The mechanism involved in the development of tardive dyskinesia (TD) is complicated. It now
seems that several neurotransmitter systems may be affected, including dopaminergic,
noradrenergic, gamma-amino-butyric acid (GABA) ergic, cholinergic and peptidergic pathways.
Piracetam (2-oxo-pyrrolidone) is a nootropic drug structurally related to GABA. It has been
used clinically to treat a wide range of diseases and conditions, mainly in treatment of
organic brain syndrome, myoclonus, memory impairment, post-concussional syndrome, vertigo,
alcohol withdrawal, cerebrovascular insufficiency, hypoxia, intoxications of different
origins or mechanic brain injures. Piracetam is cerebral homeostatic normalizer,
neuroprotectant, cerebral metabolic enhancer and brain integrative agent. It enhances brain
energy, especially under deficit condition: hypoxia, chemical toxicity or impaired cerebral
microcirculation; preserve, protect and enhance synaptic membrane and receptor structure and
plasticity. It has various effects on glutamate neurotransmission on micromolar levels
piracetam potentiates potassium-induced release of glutamate from hippocampal nerves. It is
an oxidant agent and may be useful for treatment TD. Piracetam is among the toxicologically
safest drugs ever developed even in mega doses.

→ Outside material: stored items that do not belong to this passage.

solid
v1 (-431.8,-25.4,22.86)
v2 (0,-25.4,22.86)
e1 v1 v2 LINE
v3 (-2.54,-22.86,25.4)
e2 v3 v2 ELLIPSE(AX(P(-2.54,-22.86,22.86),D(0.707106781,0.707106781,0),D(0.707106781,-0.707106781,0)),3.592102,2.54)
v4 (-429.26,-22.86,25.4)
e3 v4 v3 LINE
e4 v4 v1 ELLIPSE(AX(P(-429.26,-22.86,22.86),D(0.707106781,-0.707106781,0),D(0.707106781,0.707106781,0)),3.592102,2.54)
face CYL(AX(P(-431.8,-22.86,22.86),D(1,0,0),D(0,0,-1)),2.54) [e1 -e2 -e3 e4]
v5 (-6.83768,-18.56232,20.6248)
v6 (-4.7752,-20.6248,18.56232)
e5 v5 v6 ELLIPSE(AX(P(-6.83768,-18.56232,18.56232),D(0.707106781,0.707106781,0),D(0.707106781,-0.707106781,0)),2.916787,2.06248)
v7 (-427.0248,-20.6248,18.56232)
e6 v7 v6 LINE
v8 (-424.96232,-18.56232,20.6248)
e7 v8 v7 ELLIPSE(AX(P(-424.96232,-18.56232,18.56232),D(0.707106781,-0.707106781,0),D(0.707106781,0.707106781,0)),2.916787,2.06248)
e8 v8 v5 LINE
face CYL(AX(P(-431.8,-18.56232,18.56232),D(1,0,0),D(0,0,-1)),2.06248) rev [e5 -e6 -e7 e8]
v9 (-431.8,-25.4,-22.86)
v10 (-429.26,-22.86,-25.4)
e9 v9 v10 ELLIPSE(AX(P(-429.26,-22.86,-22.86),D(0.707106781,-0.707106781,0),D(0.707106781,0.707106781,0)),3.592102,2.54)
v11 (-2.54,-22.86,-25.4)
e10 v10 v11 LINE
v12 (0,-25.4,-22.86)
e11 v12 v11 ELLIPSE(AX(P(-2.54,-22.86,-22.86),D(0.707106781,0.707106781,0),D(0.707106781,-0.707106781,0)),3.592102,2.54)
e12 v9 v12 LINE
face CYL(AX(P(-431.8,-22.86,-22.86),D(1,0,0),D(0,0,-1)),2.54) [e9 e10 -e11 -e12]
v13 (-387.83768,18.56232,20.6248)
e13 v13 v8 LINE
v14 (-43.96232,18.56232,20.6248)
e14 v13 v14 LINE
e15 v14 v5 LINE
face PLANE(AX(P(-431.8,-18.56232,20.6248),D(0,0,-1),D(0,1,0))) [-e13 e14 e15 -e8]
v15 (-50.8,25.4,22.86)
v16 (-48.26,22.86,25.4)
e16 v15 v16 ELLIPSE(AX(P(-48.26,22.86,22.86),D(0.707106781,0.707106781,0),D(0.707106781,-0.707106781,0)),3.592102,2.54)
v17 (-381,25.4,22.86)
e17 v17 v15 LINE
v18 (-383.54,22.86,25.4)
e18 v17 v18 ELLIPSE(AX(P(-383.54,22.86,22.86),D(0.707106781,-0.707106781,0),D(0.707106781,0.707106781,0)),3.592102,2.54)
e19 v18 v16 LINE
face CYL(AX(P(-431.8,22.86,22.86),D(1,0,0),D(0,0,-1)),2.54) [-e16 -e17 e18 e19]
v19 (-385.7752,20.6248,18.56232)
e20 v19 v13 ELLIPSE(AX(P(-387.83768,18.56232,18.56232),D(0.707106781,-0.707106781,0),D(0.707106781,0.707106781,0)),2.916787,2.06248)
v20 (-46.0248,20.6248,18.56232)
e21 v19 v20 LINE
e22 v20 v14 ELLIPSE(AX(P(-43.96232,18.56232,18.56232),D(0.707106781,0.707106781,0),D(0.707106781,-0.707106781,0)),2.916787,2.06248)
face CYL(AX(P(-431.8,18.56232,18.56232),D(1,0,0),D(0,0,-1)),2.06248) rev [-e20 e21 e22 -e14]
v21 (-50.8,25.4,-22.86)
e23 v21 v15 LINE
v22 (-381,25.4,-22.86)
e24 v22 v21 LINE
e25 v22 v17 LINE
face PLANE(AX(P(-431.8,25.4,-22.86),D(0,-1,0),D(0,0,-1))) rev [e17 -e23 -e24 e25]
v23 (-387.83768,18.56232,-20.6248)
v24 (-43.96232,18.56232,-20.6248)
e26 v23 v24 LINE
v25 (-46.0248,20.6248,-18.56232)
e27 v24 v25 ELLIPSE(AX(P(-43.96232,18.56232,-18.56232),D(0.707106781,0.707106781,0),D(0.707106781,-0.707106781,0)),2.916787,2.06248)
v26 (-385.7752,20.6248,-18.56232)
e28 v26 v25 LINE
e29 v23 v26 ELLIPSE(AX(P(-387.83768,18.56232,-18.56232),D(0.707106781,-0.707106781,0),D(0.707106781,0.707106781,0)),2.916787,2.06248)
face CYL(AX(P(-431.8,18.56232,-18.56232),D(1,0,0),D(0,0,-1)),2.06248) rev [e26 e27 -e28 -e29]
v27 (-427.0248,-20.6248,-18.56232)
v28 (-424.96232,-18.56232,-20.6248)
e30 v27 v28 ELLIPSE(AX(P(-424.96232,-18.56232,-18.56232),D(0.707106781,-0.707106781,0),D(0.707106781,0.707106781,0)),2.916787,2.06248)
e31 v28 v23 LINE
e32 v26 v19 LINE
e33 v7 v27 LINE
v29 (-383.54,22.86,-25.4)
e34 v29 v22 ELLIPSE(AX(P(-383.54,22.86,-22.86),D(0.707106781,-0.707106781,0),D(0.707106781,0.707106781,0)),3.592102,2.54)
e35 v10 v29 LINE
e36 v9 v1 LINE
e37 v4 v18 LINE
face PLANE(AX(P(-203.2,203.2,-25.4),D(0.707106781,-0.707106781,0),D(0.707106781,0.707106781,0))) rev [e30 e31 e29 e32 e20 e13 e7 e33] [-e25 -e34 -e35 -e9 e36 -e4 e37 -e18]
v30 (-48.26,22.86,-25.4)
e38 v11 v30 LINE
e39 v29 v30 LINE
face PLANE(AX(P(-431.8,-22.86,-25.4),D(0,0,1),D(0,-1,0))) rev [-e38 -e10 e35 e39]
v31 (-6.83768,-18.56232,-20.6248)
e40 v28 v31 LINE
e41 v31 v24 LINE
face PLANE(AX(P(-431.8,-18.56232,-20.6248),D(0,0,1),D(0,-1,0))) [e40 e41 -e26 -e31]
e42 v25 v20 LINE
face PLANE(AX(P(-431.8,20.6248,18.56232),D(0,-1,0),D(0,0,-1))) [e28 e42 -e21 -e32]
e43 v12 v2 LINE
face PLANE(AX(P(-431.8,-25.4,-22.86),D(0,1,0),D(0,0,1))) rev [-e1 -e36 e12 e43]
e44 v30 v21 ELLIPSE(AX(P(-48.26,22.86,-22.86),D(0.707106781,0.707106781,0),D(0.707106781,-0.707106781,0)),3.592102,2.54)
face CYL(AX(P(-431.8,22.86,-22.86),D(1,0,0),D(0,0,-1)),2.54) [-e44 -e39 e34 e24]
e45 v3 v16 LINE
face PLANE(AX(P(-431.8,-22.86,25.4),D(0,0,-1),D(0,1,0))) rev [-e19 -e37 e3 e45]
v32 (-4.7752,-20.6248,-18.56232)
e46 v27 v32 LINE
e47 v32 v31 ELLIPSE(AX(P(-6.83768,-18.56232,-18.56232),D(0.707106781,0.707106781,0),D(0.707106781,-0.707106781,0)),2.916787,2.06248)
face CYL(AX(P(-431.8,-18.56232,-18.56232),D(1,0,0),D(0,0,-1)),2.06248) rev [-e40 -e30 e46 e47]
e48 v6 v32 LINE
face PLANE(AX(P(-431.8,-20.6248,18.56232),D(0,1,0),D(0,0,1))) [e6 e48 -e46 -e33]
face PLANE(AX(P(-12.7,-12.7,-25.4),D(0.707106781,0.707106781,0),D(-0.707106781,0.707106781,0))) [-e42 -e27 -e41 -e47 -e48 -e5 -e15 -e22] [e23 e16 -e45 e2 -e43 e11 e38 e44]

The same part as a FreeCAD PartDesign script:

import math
import FreeCAD as App
import Part
import Sketcher
Q = App.Units.Quantity


def add_polygon(sketch, points):
    """Adds a closed chain of lines whose ends are joined by coincident constraints."""
    first, n = sketch.GeometryCount, len(points)
    for a, b in zip(points, points[1:] + points[:1]):
        sketch.addGeometry(Part.LineSegment(App.Vector(*a, 0), App.Vector(*b, 0)), False)
    for i in range(n):
        sketch.addConstraint(Sketcher.Constraint("Coincident", first + i, 2, first + (i + 1) % n, 1))

doc = App.newDocument("Part")
body = doc.addObject("PartDesign::Body", "Body")

# Sketch on YZ plane
sketch1 = body.newObject("Sketcher::SketchObject", "Sketch")
sketch1.AttachmentSupport = (doc.getObject("YZ_Plane"), [""])
sketch1.MapMode = "FlatFace"
sketch1.addGeometry(Part.LineSegment(App.Vector(22.9, -25.4, 0), App.Vector(-22.9, -25.4, 0)), False)
sketch1.addGeometry(Part.ArcOfCircle(Part.Circle(App.Vector(-22.9, -22.9, 0), App.Vector(0, 0, 1), 2.5), math.radians(-180), math.radians(-90)), False)
sketch1.addGeometry(Part.LineSegment(App.Vector(-25.4, -22.9, 0), App.Vector(-25.4, 22.9, 0)), False)
sketch1.addGeometry(Part.ArcOfCircle(Part.Circle(App.Vector(-22.9, 22.9, 0), App.Vector(0, 0, 1), 2.5), math.radians(90), math.radians(180)), False)
sketch1.addGeometry(Part.LineSegment(App.Vector(-22.9, 25.4, 0), App.Vector(22.9, 25.4, 0)), False)
sketch1.addGeometry(Part.ArcOfCircle(Part.Circle(App.Vector(22.9, 22.9, 0), App.Vector(0, 0, 1), 2.5), math.radians(0), math.radians(90)), False)
sketch1.addGeometry(Part.LineSegment(App.Vector(25.4, 22.9, 0), App.Vector(25.4, -22.9, 0)), False)
sketch1.addGeometry(Part.ArcOfCircle(Part.Circle(App.Vector(22.9, -22.9, 0), App.Vector(0, 0, 1), 2.5), math.radians(-90), math.radians(0)), False)
sketch1.addGeometry(Part.ArcOfCircle(Part.Circle(App.Vector(-18.6, 18.6, 0), App.Vector(0, 0, 1), 2.1), math.radians(90), math.radians(180)), False)
sketch1.addGeometry(Part.LineSegment(App.Vector(-20.6, 18.6, 0), App.Vector(-20.6, -18.6, 0)), False)
sketch1.addGeometry(Part.ArcOfCircle(Part.Circle(App.Vector(-18.6, -18.6, 0), App.Vector(0, 0, 1), 2.1), math.radians(180), math.radians(270)), False)
sketch1.addGeometry(Part.LineSegment(App.Vector(-18.6, -20.6, 0), App.Vector(18.6, -20.6, 0)), False)
sketch1.addGeometry(Part.ArcOfCircle(Part.Circle(App.Vector(18.6, -18.6, 0), App.Vector(0, 0, 1), 2.1), math.radians(-90), math.radians(0)), False)
sketch1.addGeometry(Part.LineSegment(App.Vector(20.6, -18.6, 0), App.Vector(20.6, 18.6, 0)), False)
sketch1.addGeometry(Part.ArcOfCircle(Part.Circle(App.Vector(18.6, 18.6, 0), App.Vector(0, 0, 1), 2.1), math.radians(0), math.radians(90)), False)
sketch1.addGeometry(Part.LineSegment(App.Vector(18.6, 20.6, 0), App.Vector(-18.6, 20.6, 0)), False)
sketch1.addConstraint(Sketcher.Constraint("Tangent", 0, 2, 1, 2))
sketch1.addConstraint(Sketcher.Constraint("Tangent", 1, 1, 2, 1))
sketch1.addConstraint(Sketcher.Constraint("Tangent", 2, 2, 3, 2))
sketch1.addConstraint(Sketcher.Constraint("Tangent", 3, 1, 4, 1))
sketch1.addConstraint(Sketcher.Constraint("Tangent", 4, 2, 5, 2))
sketch1.addConstraint(Sketcher.Constraint("Tangent", 5, 1, 6, 1))
sketch1.addConstraint(Sketcher.Constraint("Tangent", 6, 2, 7, 2))
sketch1.addConstraint(Sketcher.Constraint("Tangent", 7, 1, 0, 1))
sketch1.addConstraint(Sketcher.Constraint("Tangent", 8, 2, 9, 1))
sketch1.addConstraint(Sketcher.Constraint("Tangent", 9, 2, 10, 1))
sketch1.addConstraint(Sketcher.Constraint("Tangent", 10, 2, 11, 1))
sketch1.addConstraint(Sketcher.Constraint("Tangent", 11, 2, 12, 1))
sketch1.addConstraint(Sketcher.Constraint("Tangent", 12, 2, 13, 1))
sketch1.addConstraint(Sketcher.Constraint("Tangent", 13, 2, 14, 1))
sketch1.addConstraint(Sketcher.Constraint("Tangent", 14, 2, 15, 1))
sketch1.addConstraint(Sketcher.Constraint("Tangent", 15, 2, 8, 1))
sketch1.addConstraint(Sketcher.Constraint("Horizontal", 0))
sketch1.addConstraint(Sketcher.Constraint("Vertical", 2))
sketch1.addConstraint(Sketcher.Constraint("Horizontal", 4))
sketch1.addConstraint(Sketcher.Constraint("Vertical", 6))
sketch1.addConstraint(Sketcher.Constraint("Vertical", 9))
sketch1.addConstraint(Sketcher.Constraint("Horizontal", 11))
sketch1.addConstraint(Sketcher.Constraint("Vertical", 13))
sketch1.addConstraint(Sketcher.Constraint("Horizontal", 15))
sketch1.addConstraint(Sketcher.Constraint("Equal", 1, 3))
sketch1.addConstraint(Sketcher.Constraint("Equal", 3, 5))
sketch1.addConstraint(Sketcher.Constraint("Equal", 5, 7))
sketch1.addConstraint(Sketcher.Constraint("Equal", 8, 10))
sketch1.addConstraint(Sketcher.Constraint("Equal", 10, 12))
sketch1.addConstraint(Sketcher.Constraint("Equal", 12, 14))
sketch1.addConstraint(Sketcher.Constraint("Symmetric", 1, 3, 5, 3, -1, 1))
sketch1.addConstraint(Sketcher.Constraint("Symmetric", 8, 3, 12, 3, -1, 1))
sketch1.addConstraint(Sketcher.Constraint("Equal", 4, 2))
sketch1.addConstraint(Sketcher.Constraint("Equal", 15, 9))
sketch1.addConstraint(Sketcher.Constraint("Radius", 1, Q("0.1 in")))
sketch1.addConstraint(Sketcher.Constraint("DistanceX", 0, 2, 0, 1, Q("1.8 in")))
sketch1.addConstraint(Sketcher.Constraint("Radius", 8, Q("0.0812 in")))
sketch1.addConstraint(Sketcher.Constraint("DistanceX", 11, 1, 11, 2, Q("1.4616 in")))
pad1 = body.newObject("PartDesign::Pad", "Pad")
pad1.Profile = sketch1
pad1.Length = Q("17 in")
pad1.Reversed = True

# Sketch on XY plane
sketch2 = body.newObject("Sketcher::SketchObject", "Sketch001")
sketch2.AttachmentSupport = (doc.getObject("XY_Plane"), [""])
sketch2.MapMode = "FlatFace"
sketch2.AttachmentOffset = App.Placement(App.Vector(0, 0, 1 * 25.4), App.Rotation())
add_polygon(sketch2, [(-432, 25), (-432, -25), (-381, 25)])  # lines 0-2
add_polygon(sketch2, [(0, -25), (0, 25), (-51, 25)])  # lines 3-5
sketch2.addConstraint(Sketcher.Constraint("Vertical", 0))
sketch2.addConstraint(Sketcher.Constraint("Horizontal", 2))
sketch2.addConstraint(Sketcher.Constraint("Vertical", 3))
sketch2.addConstraint(Sketcher.Constraint("Horizontal", 4))
sketch2.addConstraint(Sketcher.Constraint("Symmetric", 3, 2, 5, 2, -1, 1))
sketch2.addConstraint(Sketcher.Constraint("Perpendicular", 1, 5))
sketch2.addConstraint(Sketcher.Constraint("Horizontal", 2, 2, 3, 2))
sketch2.addConstraint(Sketcher.Constraint("Horizontal", 0, 2, 5, 2))
sketch2.addConstraint(Sketcher.Constraint("Equal", 2, 4))
sketch2.addConstraint(Sketcher.Constraint("DistanceX", 2, 2, 2, 1, Q("2 in")))
sketch2.addConstraint(Sketcher.Constraint("DistanceX", 0, 2, -1, 1, Q("17 in")))
pocket1 = body.newObject("PartDesign::Pocket", "Pocket")
pocket1.Profile = sketch2
pocket1.Type = "ThroughAll"

doc.recompute()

Data derived from some clinical reports have suggested that piracetam can improve symptoms
and is effective agent for treatment of different movement disorders including acute
neuroleptic induced extrapyramidal symptoms and TD. The doses that used for TD treatment
varied from 800 mg/day to 24000 mg/day. According to these findings the symptoms of TD
disappeared in the period of 3-7 days.
To date there was only one double-blind crossover study regarding use of piracetam for
treatment TD that was conducted almost 20 years ago. The findings of this study were
impressive, but to our knowledge nobody reproduced these results.